Missing from the marketing on the bottle: the 125 calories per bottle and the 32.5 grams of both sugar and carbs also inside the lilac-colored water.
The nutrition facts are there on the back label, but be prepared to do the math if you plan on drinking all 20 ounces — since the serving size is based on 8 ounces.
Those “enhanced” and “enriched” and with “natural and artificial flavors” bottles of water are laced with more than hydrogen and oxygen.
Some contain sugar or caffeine, and sometimes, both.
That’s why health experts urge consumers to consider the free — both in cost and calorie consumption — alternative: tap water.

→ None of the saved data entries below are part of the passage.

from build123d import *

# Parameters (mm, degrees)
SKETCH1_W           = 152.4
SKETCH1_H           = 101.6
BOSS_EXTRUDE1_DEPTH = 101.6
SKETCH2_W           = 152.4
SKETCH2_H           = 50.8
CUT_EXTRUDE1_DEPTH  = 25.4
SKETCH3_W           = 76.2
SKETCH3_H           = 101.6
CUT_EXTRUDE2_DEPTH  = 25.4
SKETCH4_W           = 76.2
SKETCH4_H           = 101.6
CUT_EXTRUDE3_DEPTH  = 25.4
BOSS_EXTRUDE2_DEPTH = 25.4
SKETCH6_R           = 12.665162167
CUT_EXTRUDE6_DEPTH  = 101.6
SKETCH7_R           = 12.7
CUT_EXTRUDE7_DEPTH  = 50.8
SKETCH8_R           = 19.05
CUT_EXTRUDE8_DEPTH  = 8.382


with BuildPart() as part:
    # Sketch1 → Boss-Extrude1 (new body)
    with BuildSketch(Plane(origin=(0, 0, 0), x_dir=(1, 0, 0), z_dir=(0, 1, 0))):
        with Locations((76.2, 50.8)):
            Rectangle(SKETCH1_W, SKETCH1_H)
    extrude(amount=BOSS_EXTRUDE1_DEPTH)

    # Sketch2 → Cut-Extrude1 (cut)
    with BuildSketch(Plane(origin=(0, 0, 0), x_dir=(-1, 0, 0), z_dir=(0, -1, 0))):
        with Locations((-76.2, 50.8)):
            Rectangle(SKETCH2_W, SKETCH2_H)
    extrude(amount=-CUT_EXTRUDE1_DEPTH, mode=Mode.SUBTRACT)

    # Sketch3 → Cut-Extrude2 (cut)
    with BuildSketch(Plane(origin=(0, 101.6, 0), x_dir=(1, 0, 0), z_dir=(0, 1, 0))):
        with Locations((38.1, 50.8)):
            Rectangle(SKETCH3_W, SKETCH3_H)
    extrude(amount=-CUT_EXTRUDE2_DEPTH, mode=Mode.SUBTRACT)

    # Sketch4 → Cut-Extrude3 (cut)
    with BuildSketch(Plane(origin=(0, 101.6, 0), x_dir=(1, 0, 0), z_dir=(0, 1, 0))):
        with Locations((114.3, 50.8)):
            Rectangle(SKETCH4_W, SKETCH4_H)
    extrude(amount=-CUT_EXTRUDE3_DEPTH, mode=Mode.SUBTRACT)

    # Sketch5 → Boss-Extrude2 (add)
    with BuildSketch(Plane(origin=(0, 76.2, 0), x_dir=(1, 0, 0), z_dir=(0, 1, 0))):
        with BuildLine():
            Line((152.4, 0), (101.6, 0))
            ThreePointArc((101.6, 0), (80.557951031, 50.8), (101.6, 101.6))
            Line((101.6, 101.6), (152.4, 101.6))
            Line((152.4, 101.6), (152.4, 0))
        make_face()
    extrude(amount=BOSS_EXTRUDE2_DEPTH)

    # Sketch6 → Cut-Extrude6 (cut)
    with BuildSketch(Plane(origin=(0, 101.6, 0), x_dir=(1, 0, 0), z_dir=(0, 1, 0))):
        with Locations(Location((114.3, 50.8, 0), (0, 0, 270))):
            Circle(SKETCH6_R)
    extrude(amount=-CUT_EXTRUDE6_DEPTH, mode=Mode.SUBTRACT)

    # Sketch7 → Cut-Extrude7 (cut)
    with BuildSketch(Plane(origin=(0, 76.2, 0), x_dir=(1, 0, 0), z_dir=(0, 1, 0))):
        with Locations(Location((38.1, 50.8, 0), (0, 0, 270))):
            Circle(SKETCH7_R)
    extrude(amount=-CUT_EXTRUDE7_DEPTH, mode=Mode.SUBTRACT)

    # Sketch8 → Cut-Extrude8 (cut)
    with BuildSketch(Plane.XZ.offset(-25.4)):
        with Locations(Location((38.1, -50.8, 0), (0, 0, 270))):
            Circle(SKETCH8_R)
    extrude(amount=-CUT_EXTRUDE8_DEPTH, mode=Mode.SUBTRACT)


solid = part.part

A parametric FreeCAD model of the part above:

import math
import FreeCAD as App
import Part
import Sketcher
from FreeCAD import Vector
Q = App.Units.Quantity


def add_polygon(sketch, points):
    """Adds a closed chain of lines whose ends are joined by coincident constraints."""
    first, n = sketch.GeometryCount, len(points)
    for a, b in zip(points, points[1:] + points[:1]):
        sketch.addGeometry(Part.LineSegment(App.Vector(*a, 0), App.Vector(*b, 0)), False)
    for i in range(n):
        sketch.addConstraint(Sketcher.Constraint("Coincident", first + i, 2, first + (i + 1) % n, 1))

doc = App.newDocument("Part")
params = doc.addObject("Spreadsheet::Sheet", "Params")
for row, (alias, value) in enumerate([
    ("sketch1_width", "6 in"),
    ("sketch1_height", "4 in"),
    ("pad1_length", "4 in"),
    ("sketch2_width", "6 in"),
    ("sketch2_height", "2 in"),
    ("pocket1_length", "1 in"),
    ("sketch3_width", "3 in"),
    ("sketch3_height", "4 in"),
    ("pocket2_length", "1 in"),
    ("sketch4_width", "3 in"),
    ("sketch4_height", "4 in"),
    ("pocket3_length", "1 in"),
    ("sketch5_width", "2 in"),
    ("sketch5_height", "4 in"),
    ("pad2_length", "1 in"),
    ("pocket4_length", "4 in"),
    ("sketch7_diameter", "1 in"),
    ("pocket5_length", "2 in"),
    ("sketch8_diameter", "1.5 in"),
    ("pocket6_length", "0.33 in"),
], start=1):
    params.set(f"A{row}", alias)
    params.set(f"B{row}", "=" + value)
    params.setAlias(f"B{row}", alias)

body = doc.addObject("PartDesign::Body", "Body")

# Sketch on XZ plane
sketch1 = body.newObject("Sketcher::SketchObject", "Sketch")
sketch1.AttachmentSupport = (doc.getObject("XZ_Plane"), [""])
sketch1.MapMode = "FlatFace"
add_polygon(sketch1, [(0, -102), (0, 0), (152, 0), (152, -102)])  # lines 0-3
sketch1.addConstraint(Sketcher.Constraint("Vertical", 0))
sketch1.addConstraint(Sketcher.Constraint("Horizontal", 1))
sketch1.addConstraint(Sketcher.Constraint("Vertical", 2))
sketch1.addConstraint(Sketcher.Constraint("Horizontal", 3))
sketch1.addConstraint(Sketcher.Constraint("Coincident", 0, 2, -1, 1))
sketch1.addConstraint(Sketcher.Constraint("DistanceX", 1, 1, 1, 2, Q("6 in")))
sketch1.addConstraint(Sketcher.Constraint("DistanceY", 0, 1, 0, 2, Q("4 in")))
sketch1.setExpression("Constraints[9]", "Params.sketch1_width")
sketch1.setExpression("Constraints[10]", "Params.sketch1_height")
pad1 = body.newObject("PartDesign::Pad", "Pad")
pad1.Profile = sketch1
pad1.setExpression("Length", "Params.pad1_length")
pad1.Reversed = True

# Sketch on XZ plane
sketch2 = body.newObject("Sketcher::SketchObject", "Sketch001")
sketch2.AttachmentSupport = (doc.getObject("XZ_Plane"), [""])
sketch2.MapMode = "FlatFace"
add_polygon(sketch2, [(152, -76), (152, -25), (0, -25), (0, -76)])  # lines 0-3
sketch2.addConstraint(Sketcher.Constraint("Vertical", 0))
sketch2.addConstraint(Sketcher.Constraint("Horizontal", 1))
sketch2.addConstraint(Sketcher.Constraint("Vertical", 2))
sketch2.addConstraint(Sketcher.Constraint("Horizontal", 3))
sketch2.addConstraint(Sketcher.Constraint("PointOnObject", 1, 2, -2))
sketch2.addConstraint(Sketcher.Constraint("DistanceX", 1, 2, 1, 1, Q("6 in")))
sketch2.addConstraint(Sketcher.Constraint("DistanceY", 0, 1, 0, 2, Q("2 in")))
sketch2.addConstraint(Sketcher.Constraint("DistanceY", 0, 2, -1, 1, Q("1 in")))
sketch2.setExpression("Constraints[9]", "Params.sketch2_width")
sketch2.setExpression("Constraints[10]", "Params.sketch2_height")
pocket1 = body.newObject("PartDesign::Pocket", "Pocket")
pocket1.Profile = sketch2
pocket1.setExpression("Length", "Params.pocket1_length")

# Sketch on XZ plane
sketch3 = body.newObject("Sketcher::SketchObject", "Sketch002")
sketch3.AttachmentSupport = (doc.getObject("XZ_Plane"), [""])
sketch3.MapMode = "FlatFace"
sketch3.AttachmentOffset = App.Placement(Vector(0, 0, -4 * 25.4), App.Rotation())
add_polygon(sketch3, [(0, -102), (0, 0), (76, 0), (76, -102)])  # lines 0-3
sketch3.addConstraint(Sketcher.Constraint("Vertical", 0))
sketch3.addConstraint(Sketcher.Constraint("Horizontal", 1))
sketch3.addConstraint(Sketcher.Constraint("Vertical", 2))
sketch3.addConstraint(Sketcher.Constraint("Horizontal", 3))
sketch3.addConstraint(Sketcher.Constraint("Coincident", 0, 2, -1, 1))
sketch3.addConstraint(Sketcher.Constraint("DistanceX", 1, 1, 1, 2, Q("3 in")))
sketch3.addConstraint(Sketcher.Constraint("DistanceY", 0, 1, 0, 2, Q("4 in")))
sketch3.setExpression("Constraints[9]", "Params.sketch3_width")
sketch3.setExpression("Constraints[10]", "Params.sketch3_height")
pocket2 = body.newObject("PartDesign::Pocket", "Pocket001")
pocket2.Profile = sketch3
pocket2.setExpression("Length", "Params.pocket2_length")
pocket2.Reversed = True

# Sketch on XZ plane
sketch4 = body.newObject("Sketcher::SketchObject", "Sketch003")
sketch4.AttachmentSupport = (doc.getObject("XZ_Plane"), [""])
sketch4.MapMode = "FlatFace"
sketch4.AttachmentOffset = App.Placement(Vector(0, 0, -4 * 25.4), App.Rotation())
add_polygon(sketch4, [(76, -102), (76, 0), (152, 0), (152, -102)])  # lines 0-3
sketch4.addConstraint(Sketcher.Constraint("Vertical", 0))
sketch4.addConstraint(Sketcher.Constraint("Horizontal", 1))
sketch4.addConstraint(Sketcher.Constraint("Vertical", 2))
sketch4.addConstraint(Sketcher.Constraint("Horizontal", 3))
sketch4.addConstraint(Sketcher.Constraint("PointOnObject", 0, 2, -1))
sketch4.addConstraint(Sketcher.Constraint("DistanceX", 1, 1, 1, 2, Q("3 in")))
sketch4.addConstraint(Sketcher.Constraint("DistanceY", 0, 1, 0, 2, Q("4 in")))
sketch4.addConstraint(Sketcher.Constraint("DistanceX", -1, 1, 0, 2, Q("3 in")))
sketch4.setExpression("Constraints[9]", "Params.sketch4_width")
sketch4.setExpression("Constraints[10]", "Params.sketch4_height")
pocket3 = body.newObject("PartDesign::Pocket", "Pocket002")
pocket3.Profile = sketch4
pocket3.setExpression("Length", "Params.pocket3_length")
pocket3.Reversed = True

# Sketch on XZ plane
sketch5 = body.newObject("Sketcher::SketchObject", "Sketch004")
sketch5.AttachmentSupport = (doc.getObject("XZ_Plane"), [""])
sketch5.MapMode = "FlatFace"
sketch5.AttachmentOffset = App.Placement(Vector(0, 0, -3 * 25.4), App.Rotation())
sketch5.addGeometry(Part.LineSegment(Vector(102, 0, 0), Vector(152, 0, 0)), False)
sketch5.addGeometry(Part.LineSegment(Vector(152, 0, 0), Vector(152, -102, 0)), False)
sketch5.addGeometry(Part.LineSegment(Vector(152, -102, 0), Vector(102, -102, 0)), False)
sketch5.addGeometry(Part.ArcOfCircle(Part.Circle(Vector(152, -51, 0), Vector(0, 0, 1), 72), math.radians(135), math.radians(225)), False)
sketch5.addConstraint(Sketcher.Constraint("Coincident", 0, 2, 1, 1))
sketch5.addConstraint(Sketcher.Constraint("Coincident", 1, 2, 2, 1))
sketch5.addConstraint(Sketcher.Constraint("Coincident", 2, 2, 3, 2))
sketch5.addConstraint(Sketcher.Constraint("Coincident", 3, 1, 0, 1))
sketch5.addConstraint(Sketcher.Constraint("Horizontal", 0))
sketch5.addConstraint(Sketcher.Constraint("Vertical", 1))
sketch5.addConstraint(Sketcher.Constraint("Horizontal", 2))
sketch5.addConstraint(Sketcher.Constraint("PointOnObject", 0, 2, -1))
sketch5.addConstraint(Sketcher.Constraint("Vertical", 3, 3, 0, 2))
sketch5.addConstraint(Sketcher.Constraint("Vertical", 2, 2, 3, 1))
sketch5.addConstraint(Sketcher.Constraint("DistanceX", 0, 1, 0, 2, Q("2 in")))
sketch5.addConstraint(Sketcher.Constraint("DistanceY", 1, 2, 1, 1, Q("4 in")))
sketch5.addConstraint(Sketcher.Constraint("DistanceX", -1, 1, 3, 3, Q("6 in")))
sketch5.setExpression("Constraints[10]", "Params.sketch5_width")
sketch5.setExpression("Constraints[11]", "Params.sketch5_height")
pad2 = body.newObject("PartDesign::Pad", "Pad001")
pad2.Profile = sketch5
pad2.setExpression("Length", "Params.pad2_length")
pad2.Reversed = True

# Sketch on XZ plane
sketch6 = body.newObject("Sketcher::SketchObject", "Sketch005")
sketch6.AttachmentSupport = (doc.getObject("XZ_Plane"), [""])
sketch6.MapMode = "FlatFace"
sketch6.AttachmentOffset = App.Placement(Vector(0, 0, -4 * 25.4), App.Rotation())
sketch6.addGeometry(Part.Circle(Vector(114, -51, 0), Vector(0, 0, 1), 13), False)
sketch6.addConstraint(Sketcher.Constraint("DistanceY", 0, 3, -1, 1, Q("2 in")))
sketch6.addConstraint(Sketcher.Constraint("DistanceX", -1, 1, 0, 3, Q("4.5 in")))
sketch6.addConstraint(Sketcher.Constraint("Diameter", 0, 25.330324))
pocket4 = body.newObject("PartDesign::Pocket", "Pocket003")
pocket4.Profile = sketch6
pocket4.setExpression("Length", "Params.pocket4_length")
pocket4.Reversed = True

# Sketch on XZ plane
sketch7 = body.newObject("Sketcher::SketchObject", "Sketch006")
sketch7.AttachmentSupport = (doc.getObject("XZ_Plane"), [""])
sketch7.MapMode = "FlatFace"
sketch7.AttachmentOffset = App.Placement(Vector(0, 0, -3 * 25.4), App.Rotation())
sketch7.addGeometry(Part.Circle(Vector(38, -51, 0), Vector(0, 0, 1), 13), False)
sketch7.addConstraint(Sketcher.Constraint("Diameter", 0, Q("1 in")))
sketch7.addConstraint(Sketcher.Constraint("DistanceY", 0, 3, -1, 1, Q("2 in")))
sketch7.addConstraint(Sketcher.Constraint("DistanceX", -1, 1, 0, 3, Q("1.5 in")))
sketch7.setExpression("Constraints[0]", "Params.sketch7_diameter")
pocket5 = body.newObject("PartDesign::Pocket", "Pocket004")
pocket5.Profile = sketch7
pocket5.setExpression("Length", "Params.pocket5_length")
pocket5.Reversed = True

# Sketch on XZ plane
sketch8 = body.newObject("Sketcher::SketchObject", "Sketch007")
sketch8.AttachmentSupport = (doc.getObject("XZ_Plane"), [""])
sketch8.MapMode = "FlatFace"
sketch8.AttachmentOffset = App.Placement(Vector(0, 0, -1 * 25.4), App.Rotation())
sketch8.addGeometry(Part.Circle(Vector(38, -51, 0), Vector(0, 0, 1), 19), False)
sketch8.addConstraint(Sketcher.Constraint("Diameter", 0, Q("1.5 in")))
sketch8.addConstraint(Sketcher.Constraint("DistanceY", 0, 3, -1, 1, Q("2 in")))
sketch8.addConstraint(Sketcher.Constraint("DistanceX", -1, 1, 0, 3, Q("1.5 in")))
sketch8.setExpression("Constraints[0]", "Params.sketch8_diameter")
pocket6 = body.newObject("PartDesign::Pocket", "Pocket005")
pocket6.Profile = sketch8
pocket6.setExpression("Length", "Params.pocket6_length")

doc.recompute()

“Some brands are high in sugar, as much as 13 grams in an 8-ounce serving,” said Bloomington Hospital dietitian Stacey Matavuli. “Others have more than 100mg of caffeine per 20-ounce bottle.”
Matavuli knows this firsthand after one of her children was drinking an orange-flavored Vitamin Water Energy. She checked out the label, surprised by the 125 mg of caffeine inside or the equivalent of more than two cups of coffee.
So with all these nutritional red-flags, why do so many people green-light these drinks?
“People are still looking for the magic bullet. Anything that promotes that possibility is going to be looked at,” Matavuli said. “Some people go for the taste sold under the pretense of water (having) no calories. You can’t make those calorie assumptions when it comes to flavored water.” Another assumption that can’t be made when it comes to any bottled water is that it undergoes the same regulation as tap water.
The FDA requires information from all bottled water manufactuers whereas the EPA oversees water coming from taps and water fountains across the country.
That could change. Advocates are now urging Congress to require bottled water be labeled with the same information municipal water provides.
And what happens to all those bottles after they’re empty is another concern.
Nearly 86 percent of all empty plastic bottles end up in landfills, rivers or oceans, according to advocacy group Food and Water Watch.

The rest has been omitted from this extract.